The Sabre 402 isn't designed as a bluewater cruiser, while the Caliber 40 LRC definitely was purposely designed as such. The Sabre can probably point higher and does better in light winds. The Caliber is probably more seakindly.


----------



## kd3pc (Oct 19, 2006)

sabre can be made in to a decent voyager...and it sails very well, even in light winds..and can point higher than the LRC..

Sabre will be short on all tankage and storage for most long voyages. It has a less comfortable motion in large seas than the caliber, not sure if it is the keel or the weight, but I found that the Sabre bobs a bit in heavy seas...the LRC just shoulders through on a straight line

The Sabre to me is much more comfortable at the dock and most are "light and airy" compared to the LRC...but the LRC has the Sabre beat on seaworthiness in general

Both are well made boats, just different purposes. Neither have a host of inherent problems, quite the opposite...but I would speak with and hire the surveyor who knows voyaging boats, were I in your position - wanting to cross oceans...

I have owned the Sabre and only crewed on the LRC...so I may be a tad partial to the Sabre...but you will need to do quite a bit of upgrading to the Sabre to get what the LRC comes with..


----------



## sck5 (Aug 20, 2007)

Sabres are beautiful boats. I looked at several when I was boat shopping but because I wanted to do ocean passages I got a Caliber.


----------



## AlanGSYS (Aug 11, 2010)

All good posts with valid comments. But think about the day you want to sell the boat. I think the Sabre will sell more quickly than the Caliber when you are ready to move on.


----------



## Sabreman (Sep 23, 2006)

> I think the Sabre will sell more quickly ... when you are ready to move on.


I hope so! 

A check of Sabre 38 prices shows that selling prices are at or above what I paid. Sabre hold their value very, very well. When we sold our 28, we "lost" $10k over 15 years.


----------



## chef2sail (Nov 27, 2007)

2 different boats for two different purposes. Both excellant builds and reputations. You wont have any trouble selling either. Notice there are very few Calibers for sale ever. Both 40s are on our short list. Sabre better light air performance and quicker overall. Cant go wrong with a well maintained Sabre or Caliber

Dave


----------



## lawdawg (Oct 12, 2010)

I would greatly appreciate some more thoughts on the comments about the seaworthiness of the Sabre as far as ocean passages go. I started looking at Island Packet 35's (the same sort of high displacement design thinking as the caliber), but then found a Sabre 42 for about the same price that is very well equipped. By going up in size I was able to get more of the storage and tankage that came in the smaller IP, but also feel that I am getting a boat that sails much better. I just helped take an IP42 from West Florida to the Bahamas last week and there was definitely a clear shortage of any light wind performance and the iron genoa was cranked up much more than I would be happy with. 
kd3pc- you commented that the Sabre would need much more upgrading to be capable of ocean passages, versus what the Caliber comes with. Do you think you could expand on this a bit?
Sailingdog- you stated that the Sabre isn't designed as a blue-water cruiser, do you think you could add a few more comments?
While I know that the Sabre isn't built with the same full keel, heavy displacement philosophy, I am still under the impression that it will make a good boat to not only enjoy cruising the caribbean with, but to also head to the Pacific in. Am I wrong in this assessment?
Thank you for your thoughts...
Drew


----------



## sailor7885 (Mar 8, 2010)

lawdawg:

Did you ever get a reply on the blue water capabilities of the Sabre 402? I am looking to buy one and would appreciate sharing thoughts on that.

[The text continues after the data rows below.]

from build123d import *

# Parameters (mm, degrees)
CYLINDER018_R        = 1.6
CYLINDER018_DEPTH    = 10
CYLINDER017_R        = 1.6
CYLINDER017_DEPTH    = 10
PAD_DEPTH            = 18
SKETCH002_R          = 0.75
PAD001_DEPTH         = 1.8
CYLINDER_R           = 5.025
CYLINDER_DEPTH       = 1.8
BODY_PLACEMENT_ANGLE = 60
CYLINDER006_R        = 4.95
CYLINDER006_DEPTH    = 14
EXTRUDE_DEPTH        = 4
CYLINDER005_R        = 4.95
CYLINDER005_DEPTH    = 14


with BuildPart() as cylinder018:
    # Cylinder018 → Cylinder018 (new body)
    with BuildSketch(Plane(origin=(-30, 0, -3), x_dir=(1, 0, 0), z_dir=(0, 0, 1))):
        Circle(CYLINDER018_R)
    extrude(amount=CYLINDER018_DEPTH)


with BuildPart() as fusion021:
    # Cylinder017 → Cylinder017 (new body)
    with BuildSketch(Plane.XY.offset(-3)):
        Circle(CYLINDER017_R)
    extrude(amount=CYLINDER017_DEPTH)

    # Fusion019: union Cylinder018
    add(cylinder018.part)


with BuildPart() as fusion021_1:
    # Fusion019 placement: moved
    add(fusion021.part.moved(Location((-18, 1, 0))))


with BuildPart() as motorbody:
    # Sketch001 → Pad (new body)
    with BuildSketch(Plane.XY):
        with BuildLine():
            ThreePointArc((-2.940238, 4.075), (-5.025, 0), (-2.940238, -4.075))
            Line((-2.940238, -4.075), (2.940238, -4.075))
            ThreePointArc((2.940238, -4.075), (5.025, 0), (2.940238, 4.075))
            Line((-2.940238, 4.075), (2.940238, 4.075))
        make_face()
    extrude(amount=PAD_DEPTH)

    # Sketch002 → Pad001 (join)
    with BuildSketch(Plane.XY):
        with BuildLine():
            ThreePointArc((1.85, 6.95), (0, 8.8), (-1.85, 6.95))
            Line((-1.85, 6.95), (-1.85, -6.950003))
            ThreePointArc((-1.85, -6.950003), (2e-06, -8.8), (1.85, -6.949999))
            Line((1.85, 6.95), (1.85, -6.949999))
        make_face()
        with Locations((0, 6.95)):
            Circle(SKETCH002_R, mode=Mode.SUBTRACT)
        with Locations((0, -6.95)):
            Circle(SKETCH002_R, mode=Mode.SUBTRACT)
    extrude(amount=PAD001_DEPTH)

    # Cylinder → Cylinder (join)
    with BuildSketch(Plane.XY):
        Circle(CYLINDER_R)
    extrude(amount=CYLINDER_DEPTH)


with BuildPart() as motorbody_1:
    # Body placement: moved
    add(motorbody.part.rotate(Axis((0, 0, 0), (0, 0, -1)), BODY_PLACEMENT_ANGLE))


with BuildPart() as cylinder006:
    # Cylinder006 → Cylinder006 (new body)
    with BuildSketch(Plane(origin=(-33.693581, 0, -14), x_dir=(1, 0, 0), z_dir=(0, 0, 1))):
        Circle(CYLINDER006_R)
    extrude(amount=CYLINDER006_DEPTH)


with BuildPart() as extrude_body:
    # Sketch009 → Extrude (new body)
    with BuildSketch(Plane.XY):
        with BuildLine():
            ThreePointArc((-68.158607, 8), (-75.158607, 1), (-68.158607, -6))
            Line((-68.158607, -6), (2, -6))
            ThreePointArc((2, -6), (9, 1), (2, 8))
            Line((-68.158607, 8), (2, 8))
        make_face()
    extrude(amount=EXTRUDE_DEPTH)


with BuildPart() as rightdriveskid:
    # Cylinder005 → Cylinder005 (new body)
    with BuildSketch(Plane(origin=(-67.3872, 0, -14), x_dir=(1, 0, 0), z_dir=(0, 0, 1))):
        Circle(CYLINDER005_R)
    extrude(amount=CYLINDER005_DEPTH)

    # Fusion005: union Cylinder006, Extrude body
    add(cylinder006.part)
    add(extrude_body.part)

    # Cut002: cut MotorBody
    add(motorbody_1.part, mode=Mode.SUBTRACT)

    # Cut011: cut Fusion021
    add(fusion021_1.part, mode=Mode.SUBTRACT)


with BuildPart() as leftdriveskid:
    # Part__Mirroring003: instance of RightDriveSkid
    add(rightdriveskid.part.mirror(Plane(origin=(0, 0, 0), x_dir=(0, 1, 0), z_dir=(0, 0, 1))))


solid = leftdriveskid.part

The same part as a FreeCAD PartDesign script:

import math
import FreeCAD as App
import Part
import Sketcher

V = App.Vector

doc = App.newDocument("Part")
body = doc.addObject("PartDesign::Body", "Body")

# Sketch on XY plane
sketch1 = doc.addObject("Sketcher::SketchObject", "Sketch")
body.addObject(sketch1)
sketch1.AttachmentSupport = (doc.XY_Plane, [""])
sketch1.MapMode = "FlatFace"
sketch1.AttachmentOffset = App.Placement(V(0, 0, -3), App.Rotation())
sketch1.addGeometry(Part.Circle(V(-30, 0, 0), V(0, 0, 1), 1.6), False)
sketch1.addConstraint([
    Sketcher.Constraint("PointOnObject", 0, 3, -1),
    Sketcher.Constraint("Diameter", 0, 3.2),
    Sketcher.Constraint("DistanceX", 0, 3, -1, 1, 30.0),
])
pad1 = doc.addObject("PartDesign::Pad", "Pad")
body.addObject(pad1)
pad1.Profile = sketch1
pad1.Length = 10
body2 = doc.addObject("PartDesign::Body", "Body001")
body2.AllowCompound = True

# Sketch on XY plane
sketch2 = doc.addObject("Sketcher::SketchObject", "Sketch001")
body2.addObject(sketch2)
sketch2.AttachmentSupport = (doc.getObject("XY_Plane001"), [""])
sketch2.MapMode = "FlatFace"
sketch2.AttachmentOffset = App.Placement(V(0, 0, -3), App.Rotation())
sketch2.addGeometry(Part.Circle(V(0, 0, 0), V(0, 0, 1), 1.6), False)
sketch2.addConstraint([
    Sketcher.Constraint("Coincident", 0, 3, -1, 1),
    Sketcher.Constraint("Diameter", 0, 3.2),
])
pad2 = doc.addObject("PartDesign::Pad", "Pad001")
body2.addObject(pad2)
pad2.Profile = sketch2
pad2.Length = 10
doc.recompute()

boolean = doc.addObject("PartDesign::Boolean", "Boolean")
body2.addObject(boolean)
boolean.Type = "Fuse"
boolean.addObjects([body])
body3 = doc.addObject("PartDesign::Body", "Body002")
body3.AllowCompound = True
doc.recompute()

body2.Placement = App.Placement(V(-18, 1, 0), App.Rotation(V(0, 0, 1), 0))
boolean2 = doc.addObject("PartDesign::Boolean", "Boolean001")
body3.addObject(boolean2)
boolean2.Type = "Fuse"
boolean2.addObjects([body2])
body4 = doc.addObject("PartDesign::Body", "Body003")

# Sketch on XY plane
sketch3 = doc.addObject("Sketcher::SketchObject", "Sketch002")
body4.addObject(sketch3)
sketch3.AttachmentSupport = (doc.getObject("XY_Plane003"), [""])
sketch3.MapMode = "FlatFace"
sketch3.addGeometry([
    Part.ArcOfCircle(Part.Circle(V(0, 0, 0), V(0, 0, 1), 5), math.radians(126), math.radians(234)),
    Part.LineSegment(V(-3, -4, 0), V(3, -4, 0)),
    Part.ArcOfCircle(Part.Circle(V(0, 0, 0), V(0, 0, 1), 5), math.radians(-54), math.radians(54)),
    Part.LineSegment(V(3, 4, 0), V(-3, 4, 0)),
], False)
sketch3.addConstraint([
    Sketcher.Constraint("Coincident", 0, 2, 1, 1),
    Sketcher.Constraint("Coincident", 1, 2, 2, 1),
    Sketcher.Constraint("Coincident", 2, 2, 3, 1),
    Sketcher.Constraint("Coincident", 3, 2, 0, 1),
    Sketcher.Constraint("Horizontal", 1),
    Sketcher.Constraint("Horizontal", 3),
    Sketcher.Constraint("Coincident", 0, 3, -1, 1),
    Sketcher.Constraint("Coincident", 2, 3, -1, 1),
    Sketcher.Constraint("Equal", 0, 2),
    Sketcher.Constraint("Vertical", 1, 2, 2, 2),
    Sketcher.Constraint("Radius", 0, 5.025),
    Sketcher.Constraint("DistanceY", 1, 2, 2, 2, 8.15),
])
pad3 = doc.addObject("PartDesign::Pad", "Pad002")
body4.addObject(pad3)
pad3.Profile = sketch3
pad3.Length = 18

# Sketch on XY plane
sketch4 = doc.addObject("Sketcher::SketchObject", "Sketch003")
body4.addObject(sketch4)
sketch4.AttachmentSupport = (doc.getObject("XY_Plane003"), [""])
sketch4.MapMode = "FlatFace"
sketch4.addGeometry([
    Part.ArcOfCircle(Part.Circle(V(0, 7, 0), V(0, 0, 1), 1.9), math.radians(0), math.radians(180)),  # 0
    Part.LineSegment(V(-1.9, 7, 0), V(-1.9, -7, 0)),  # 1
    Part.ArcOfCircle(Part.Circle(V(0, -7, 0), V(0, 0, 1), 1.9), math.radians(-180), math.radians(0)),  # 2
    Part.LineSegment(V(1.9, -6.9, 0), V(1.9, 7, 0)),  # 3
    Part.Circle(V(0, -7, 0), V(0, 0, 1), 0.8),  # 4
    Part.Circle(V(0, 7, 0), V(0, 0, 1), 0.8),  # 5
], False)
sketch4.addConstraint([
    Sketcher.Constraint("Tangent", 0, 2, 1, 1),
    Sketcher.Constraint("Tangent", 1, 2, 2, 1),
    Sketcher.Constraint("Tangent", 2, 2, 3, 1),
    Sketcher.Constraint("Tangent", 3, 2, 0, 1),
    Sketcher.Constraint("Vertical", 1),
    Sketcher.Constraint("Vertical", 3),
    Sketcher.Constraint("Coincident", 4, 3, 2, 3),
    Sketcher.Constraint("Coincident", 5, 3, 0, 3),
    Sketcher.Constraint("Equal", 4, 5),
    Sketcher.Constraint("Symmetric", 0, 3, 2, 3, -1, 1),
    Sketcher.Constraint("Diameter", 4, 1.5),
    Sketcher.Constraint("Radius", 0, 1.85),
    Sketcher.Constraint("DistanceY", 3, 1, 3, 2, 13.899999),
])
pad4 = doc.addObject("PartDesign::Pad", "Pad003")
body4.addObject(pad4)
pad4.Profile = sketch4
pad4.Length = 1.8

# Sketch on XY plane
sketch5 = doc.addObject("Sketcher::SketchObject", "Sketch004")
body4.addObject(sketch5)
sketch5.AttachmentSupport = (doc.getObject("XY_Plane003"), [""])
sketch5.MapMode = "FlatFace"
sketch5.addGeometry(Part.Circle(V(0, 0, 0), V(0, 0, 1), 5), False)
sketch5.addConstraint([
    Sketcher.Constraint("Coincident", 0, 3, -1, 1),
    Sketcher.Constraint("Diameter", 0, 10.05),
])
pad5 = doc.addObject("PartDesign::Pad", "Pad004")
body4.addObject(pad5)
pad5.Profile = sketch5
pad5.Length = 1.8
body5 = doc.addObject("PartDesign::Body", "Body004")
doc.recompute()

body4.Placement = App.Placement(V(0, 0, 0), App.Rotation(V(0, 0, -1), 60))
boolean3 = doc.addObject("PartDesign::Boolean", "Boolean002")
body5.addObject(boolean3)
boolean3.Type = "Fuse"
boolean3.addObjects([body4])
body6 = doc.addObject("PartDesign::Body", "Body005")

# Sketch on XY plane
sketch6 = doc.addObject("Sketcher::SketchObject", "Sketch005")
body6.addObject(sketch6)
sketch6.AttachmentSupport = (doc.getObject("XY_Plane005"), [""])
sketch6.MapMode = "FlatFace"
sketch6.AttachmentOffset = App.Placement(V(0, 0, -14), App.Rotation())
sketch6.addGeometry(Part.Circle(V(-33.7, 0, 0), V(0, 0, 1), 5), False)
sketch6.addConstraint([
    Sketcher.Constraint("PointOnObject", 0, 3, -1),
    Sketcher.Constraint("Diameter", 0, 9.9),
    Sketcher.Constraint("DistanceX", 0, 3, -1, 1, 33.693581),
])
pad6 = doc.addObject("PartDesign::Pad", "Pad005")
body6.addObject(pad6)
pad6.Profile = sketch6
pad6.Length = 14
body7 = doc.addObject("PartDesign::Body", "Body006")

# Sketch on XY plane
sketch7 = doc.addObject("Sketcher::SketchObject", "Sketch006")
body7.addObject(sketch7)
sketch7.AttachmentSupport = (doc.getObject("XY_Plane006"), [""])
sketch7.MapMode = "FlatFace"
sketch7.addGeometry([
    Part.ArcOfCircle(Part.Circle(V(-68, 1, 0), V(0, 0, 1), 7), math.radians(90), math.radians(270)),
    Part.LineSegment(V(-68, -6, 0), V(2, -6, 0)),
    Part.ArcOfCircle(Part.Circle(V(2, 1, 0), V(0, 0, 1), 7), math.radians(-90), math.radians(90)),
    Part.LineSegment(V(2, 8, 0), V(-68, 8, 0)),
], False)
sketch7.addConstraint([
    Sketcher.Constraint("Tangent", 0, 2, 1, 1),
    Sketcher.Constraint("Tangent", 1, 2, 2, 1),
    Sketcher.Constraint("Tangent", 2, 2, 3, 1),
    Sketcher.Constraint("Tangent", 3, 2, 0, 1),
    Sketcher.Constraint("Horizontal", 1),
    Sketcher.Constraint("Horizontal", 3),
    Sketcher.Constraint("Radius", 0, 7.0),
    Sketcher.Constraint("DistanceY", -1, 1, 0, 3, 1.0),
    Sketcher.Constraint("DistanceX", -1, 1, 2, 3, 2.0),
    Sketcher.Constraint("DistanceX", 1, 1, 1, 2, 70.158607),
])
pad7 = doc.addObject("PartDesign::Pad", "Pad006")
body7.addObject(pad7)
pad7.Profile = sketch7
pad7.Length = 4
body8 = doc.addObject("PartDesign::Body", "Body007")
body8.AllowCompound = True

# Sketch on XY plane
sketch8 = doc.addObject("Sketcher::SketchObject", "Sketch007")
body8.addObject(sketch8)
sketch8.AttachmentSupport = (doc.getObject("XY_Plane007"), [""])
sketch8.MapMode = "FlatFace"
sketch8.AttachmentOffset = App.Placement(V(0, 0, -14), App.Rotation())
sketch8.addGeometry(Part.Circle(V(-67.4, 0, 0), V(0, 0, 1), 5), False)
sketch8.addConstraint([
    Sketcher.Constraint("PointOnObject", 0, 3, -1),
    Sketcher.Constraint("Diameter", 0, 9.9),
    Sketcher.Constraint("DistanceX", 0, 3, -1, 1, 67.3872),
])
pad8 = doc.addObject("PartDesign::Pad", "Pad007")
body8.addObject(pad8)
pad8.Profile = sketch8
pad8.Length = 14
doc.recompute()

boolean4 = doc.addObject("PartDesign::Boolean", "Boolean003")
body8.addObject(boolean4)
boolean4.Type = "Fuse"
boolean4.addObjects([body6])
doc.recompute()

boolean5 = doc.addObject("PartDesign::Boolean", "Boolean004")
body8.addObject(boolean5)
boolean5.Type = "Fuse"
boolean5.addObjects([body7])
doc.recompute()

boolean6 = doc.addObject("PartDesign::Boolean", "Boolean005")
body8.addObject(boolean6)
boolean6.Type = "Cut"
boolean6.addObjects([body5])
doc.recompute()

boolean7 = doc.addObject("PartDesign::Boolean", "Boolean006")
body8.addObject(boolean7)
boolean7.Type = "Cut"
boolean7.addObjects([body3])
body9 = doc.addObject("PartDesign::Body", "Body008")
doc.recompute()

mirroring = doc.addObject("Part::Mirroring", "Mirroring")
mirroring.Source = body8
mirroring.Base = V(0, 0, 0)
mirroring.Normal = V(0, 0, 1)
body9.BaseFeature = mirroring
doc.recompute()
body8.Visibility = False
mirroring.Visibility = False

doc.recompute()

Feel free to call 847-942-9400


----------



## Tim R. (Mar 23, 2003)

I know this is an older thread but I am responding to help with future searches. I can tell you that the light wind performance of the Caliber 40LRC is comparable to a mid 80s Ericson 34 or 35. The pointing ability is nearly comparable to a Sabre 402 with a wing keel although the sabre will be a little faster at the same angle.

The interior comfort we believe is much better in the Caliber because of the Pullman berth. The Sabre has a conventional layout where you have to climb out of bed across your pillow assuming your pillow has not already hit the sole. Although it can be argued that having to crawl over a body in the Pullman berth is also bad. We have no problem with it after nearly 3 years living aboard.

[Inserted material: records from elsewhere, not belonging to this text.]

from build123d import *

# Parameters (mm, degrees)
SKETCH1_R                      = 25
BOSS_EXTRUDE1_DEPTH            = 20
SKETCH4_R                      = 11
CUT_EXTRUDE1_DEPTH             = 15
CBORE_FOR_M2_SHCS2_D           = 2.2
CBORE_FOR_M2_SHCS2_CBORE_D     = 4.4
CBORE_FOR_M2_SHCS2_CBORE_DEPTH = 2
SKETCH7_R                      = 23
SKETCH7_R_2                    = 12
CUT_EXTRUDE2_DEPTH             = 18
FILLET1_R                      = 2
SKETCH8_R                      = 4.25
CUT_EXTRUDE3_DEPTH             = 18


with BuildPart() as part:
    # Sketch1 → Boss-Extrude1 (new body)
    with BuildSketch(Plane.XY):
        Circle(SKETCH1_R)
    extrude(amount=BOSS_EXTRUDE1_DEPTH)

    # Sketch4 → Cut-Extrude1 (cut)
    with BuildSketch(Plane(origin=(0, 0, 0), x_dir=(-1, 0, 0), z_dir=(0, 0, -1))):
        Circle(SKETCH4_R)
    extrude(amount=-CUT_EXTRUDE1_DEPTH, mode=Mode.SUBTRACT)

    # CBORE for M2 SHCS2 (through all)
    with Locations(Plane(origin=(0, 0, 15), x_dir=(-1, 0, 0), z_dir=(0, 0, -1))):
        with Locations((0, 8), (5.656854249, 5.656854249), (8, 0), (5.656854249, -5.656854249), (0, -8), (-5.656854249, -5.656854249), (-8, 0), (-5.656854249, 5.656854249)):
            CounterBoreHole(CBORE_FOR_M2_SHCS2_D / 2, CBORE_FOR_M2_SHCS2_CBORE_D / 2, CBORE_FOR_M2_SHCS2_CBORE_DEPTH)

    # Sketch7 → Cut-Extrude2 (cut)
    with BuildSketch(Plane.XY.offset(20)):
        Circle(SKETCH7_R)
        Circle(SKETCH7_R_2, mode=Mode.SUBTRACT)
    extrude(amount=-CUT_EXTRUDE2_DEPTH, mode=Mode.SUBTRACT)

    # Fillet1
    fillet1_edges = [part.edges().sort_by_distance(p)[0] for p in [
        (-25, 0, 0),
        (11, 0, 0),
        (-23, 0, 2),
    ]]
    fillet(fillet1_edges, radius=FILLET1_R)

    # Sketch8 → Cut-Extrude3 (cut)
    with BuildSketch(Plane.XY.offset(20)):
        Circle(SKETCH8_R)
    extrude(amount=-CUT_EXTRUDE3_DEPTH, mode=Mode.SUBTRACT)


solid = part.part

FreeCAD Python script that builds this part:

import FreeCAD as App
import Part
import Sketcher
from FreeCAD import Vector


def edges_at(feature, points):
    """Names of the edges that pass closest to the given points."""
    edges = feature.Shape.Edges
    near = lambda p: min(range(len(edges)), key=lambda i: edges[i].distToShape(Part.Vertex(*p))[0])
    return sorted({f"Edge{near(p) + 1}" for p in points})

doc = App.newDocument("Part")
body = doc.addObject("PartDesign::Body", "Body")

# Sketch on XY plane
sketch1 = body.newObject("Sketcher::SketchObject", "Sketch")
sketch1.AttachmentSupport = (doc.getObject("XY_Plane"), [""])
sketch1.MapMode = "FlatFace"
sketch1.addGeometry(Part.Circle(Vector(0, 0, 0), Vector(0, 0, 1), 25), False)
sketch1.addConstraint(Sketcher.Constraint("Coincident", 0, 3, -1, 1))
sketch1.addConstraint(Sketcher.Constraint("Diameter", 0, 50.0))
pad1 = body.newObject("PartDesign::Pad", "Pad")
pad1.Profile = sketch1
pad1.Length = 20

# Sketch on XY plane
sketch2 = body.newObject("Sketcher::SketchObject", "Sketch001")
sketch2.AttachmentSupport = (doc.getObject("XY_Plane"), [""])
sketch2.MapMode = "FlatFace"
sketch2.addGeometry(Part.Circle(Vector(0, 0, 0), Vector(0, 0, 1), 11), False)
sketch2.addConstraint(Sketcher.Constraint("Coincident", 0, 3, -1, 1))
sketch2.addConstraint(Sketcher.Constraint("Diameter", 0, 22.0))
pocket1 = body.newObject("PartDesign::Pocket", "Pocket")
pocket1.Profile = sketch2
pocket1.Length = 15
pocket1.Reversed = True

# Sketch on XY plane
sketch3 = body.newObject("Sketcher::SketchObject", "Sketch002")
sketch3.AttachmentSupport = (doc.getObject("XY_Plane"), [""])
sketch3.MapMode = "FlatFace"
sketch3.AttachmentOffset = App.Placement(Vector(0, 0, 15), App.Rotation())
sketch3.addGeometry(Part.Circle(Vector(0, 8, 0), Vector(0, 0, 1), 1.1), False)
sketch3.addGeometry(Part.Circle(Vector(-5.7, 5.7, 0), Vector(0, 0, 1), 1.1), False)
sketch3.addGeometry(Part.Circle(Vector(-8, 0, 0), Vector(0, 0, 1), 1.1), False)
sketch3.addGeometry(Part.Circle(Vector(-5.7, -5.7, 0), Vector(0, 0, 1), 1.1), False)
sketch3.addGeometry(Part.Circle(Vector(0, -8, 0), Vector(0, 0, 1), 1.1), False)
sketch3.addGeometry(Part.Circle(Vector(5.7, -5.7, 0), Vector(0, 0, 1), 1.1), False)
sketch3.addGeometry(Part.Circle(Vector(8, 0, 0), Vector(0, 0, 1), 1.1), False)
sketch3.addGeometry(Part.Circle(Vector(5.7, 5.7, 0), Vector(0, 0, 1), 1.1), False)
sketch3.addConstraint(Sketcher.Constraint("Equal", 0, 1))
sketch3.addConstraint(Sketcher.Constraint("Equal", 1, 2))
sketch3.addConstraint(Sketcher.Constraint("Equal", 2, 3))
sketch3.addConstraint(Sketcher.Constraint("Equal", 3, 4))
sketch3.addConstraint(Sketcher.Constraint("Equal", 4, 5))
sketch3.addConstraint(Sketcher.Constraint("Equal", 5, 6))
sketch3.addConstraint(Sketcher.Constraint("Equal", 6, 7))
sketch3.addConstraint(Sketcher.Constraint("Symmetric", 0, 3, 4, 3, -1, 1))
sketch3.addConstraint(Sketcher.Constraint("Symmetric", 1, 3, 5, 3, -1, 1))
sketch3.addConstraint(Sketcher.Constraint("Symmetric", 2, 3, 6, 3, -1, 1))
sketch3.addConstraint(Sketcher.Constraint("Symmetric", 3, 3, 7, 3, -1, 1))
sketch3.addConstraint(Sketcher.Constraint("Symmetric", 3, 3, 5, 3, -2))
sketch3.addConstraint(Sketcher.Constraint("PointOnObject", 0, 3, -2))
sketch3.addConstraint(Sketcher.Constraint("PointOnObject", 2, 3, -1))
sketch3.addConstraint(Sketcher.Constraint("Diameter", 0, 2.2))
sketch3.addConstraint(Sketcher.Constraint("DistanceY", -1, 1, 0, 3, 8.0))
sketch3.addConstraint(Sketcher.Constraint("DistanceX", 2, 3, -1, 1, 8.0))
sketch3.addConstraint(Sketcher.Constraint("DistanceY", 3, 3, 1, 3, 11.313708))
sketch3.addConstraint(Sketcher.Constraint("DistanceX", 3, 3, 5, 3, 11.313708))
doc.recompute()
hole = body.newObject("PartDesign::Hole", "Hole")
hole.Profile = sketch3
hole.ThreadType = "None"
hole.Diameter = 2.2
hole.DepthType = "ThroughAll"
hole.HoleCutType = "Counterbore"
hole.HoleCutDiameter = 4.4
hole.HoleCutDepth = 2
hole.Reversed = True

# Sketch on XY plane
sketch4 = body.newObject("Sketcher::SketchObject", "Sketch003")
sketch4.AttachmentSupport = (doc.getObject("XY_Plane"), [""])
sketch4.MapMode = "FlatFace"
sketch4.AttachmentOffset = App.Placement(Vector(0, 0, 20), App.Rotation())
sketch4.addGeometry(Part.Circle(Vector(0, 0, 0), Vector(0, 0, 1), 23), False)
sketch4.addGeometry(Part.Circle(Vector(0, 0, 0), Vector(0, 0, 1), 12), False)
sketch4.addConstraint(Sketcher.Constraint("Coincident", 0, 3, -1, 1))
sketch4.addConstraint(Sketcher.Constraint("Coincident", 1, 3, -1, 1))
sketch4.addConstraint(Sketcher.Constraint("Diameter", 0, 46.0))
sketch4.addConstraint(Sketcher.Constraint("Diameter", 1, 24.0))
pocket2 = body.newObject("PartDesign::Pocket", "Pocket001")
pocket2.Profile = sketch4
pocket2.Length = 18
doc.recompute()

fillet = body.newObject("PartDesign::Fillet", "Fillet")
fillet.Base = (pocket2, edges_at(pocket2, [(-25, 0, 0), (11, 0, 0), (-23, 0, 2)]))
fillet.Radius = 2

# Sketch on XY plane
sketch5 = body.newObject("Sketcher::SketchObject", "Sketch004")
sketch5.AttachmentSupport = (doc.getObject("XY_Plane"), [""])
sketch5.MapMode = "FlatFace"
sketch5.AttachmentOffset = App.Placement(Vector(0, 0, 20), App.Rotation())
sketch5.addGeometry(Part.Circle(Vector(0, 0, 0), Vector(0, 0, 1), 4.2), False)
sketch5.addConstraint(Sketcher.Constraint("Coincident", 0, 3, -1, 1))
sketch5.addConstraint(Sketcher.Constraint("Diameter", 0, 8.5))
pocket3 = body.newObject("PartDesign::Pocket", "Pocket002")
pocket3.Profile = sketch5
pocket3.Length = 18

doc.recompute()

For off shore work, the Caliber will have better motion comfort as it has a better entry while the Sabre has a wide rear end that can cause some issues off the wind. The Caliber was designed for off shore work. The Sabre not so much. The Caliber has a skeg hung rudder, reinforced bow section and leading edge of the keel. The Caliber also has collision bulkheads that make it a safer passage-maker. The bow under the anchor locker is the holding tank which can sustain a hole without flooding the boat. All water and fuel tankage is built into the hull and is redundant. You can hole any of the areas below the tops of the tanks and not flood the boat and also not affect the sailability or performance of the boat. The fuel capacity is 210 gallons. That is a 1,400nm range. Water capacity is 175 and because of the built in tanks there is lots of room for a watermaker.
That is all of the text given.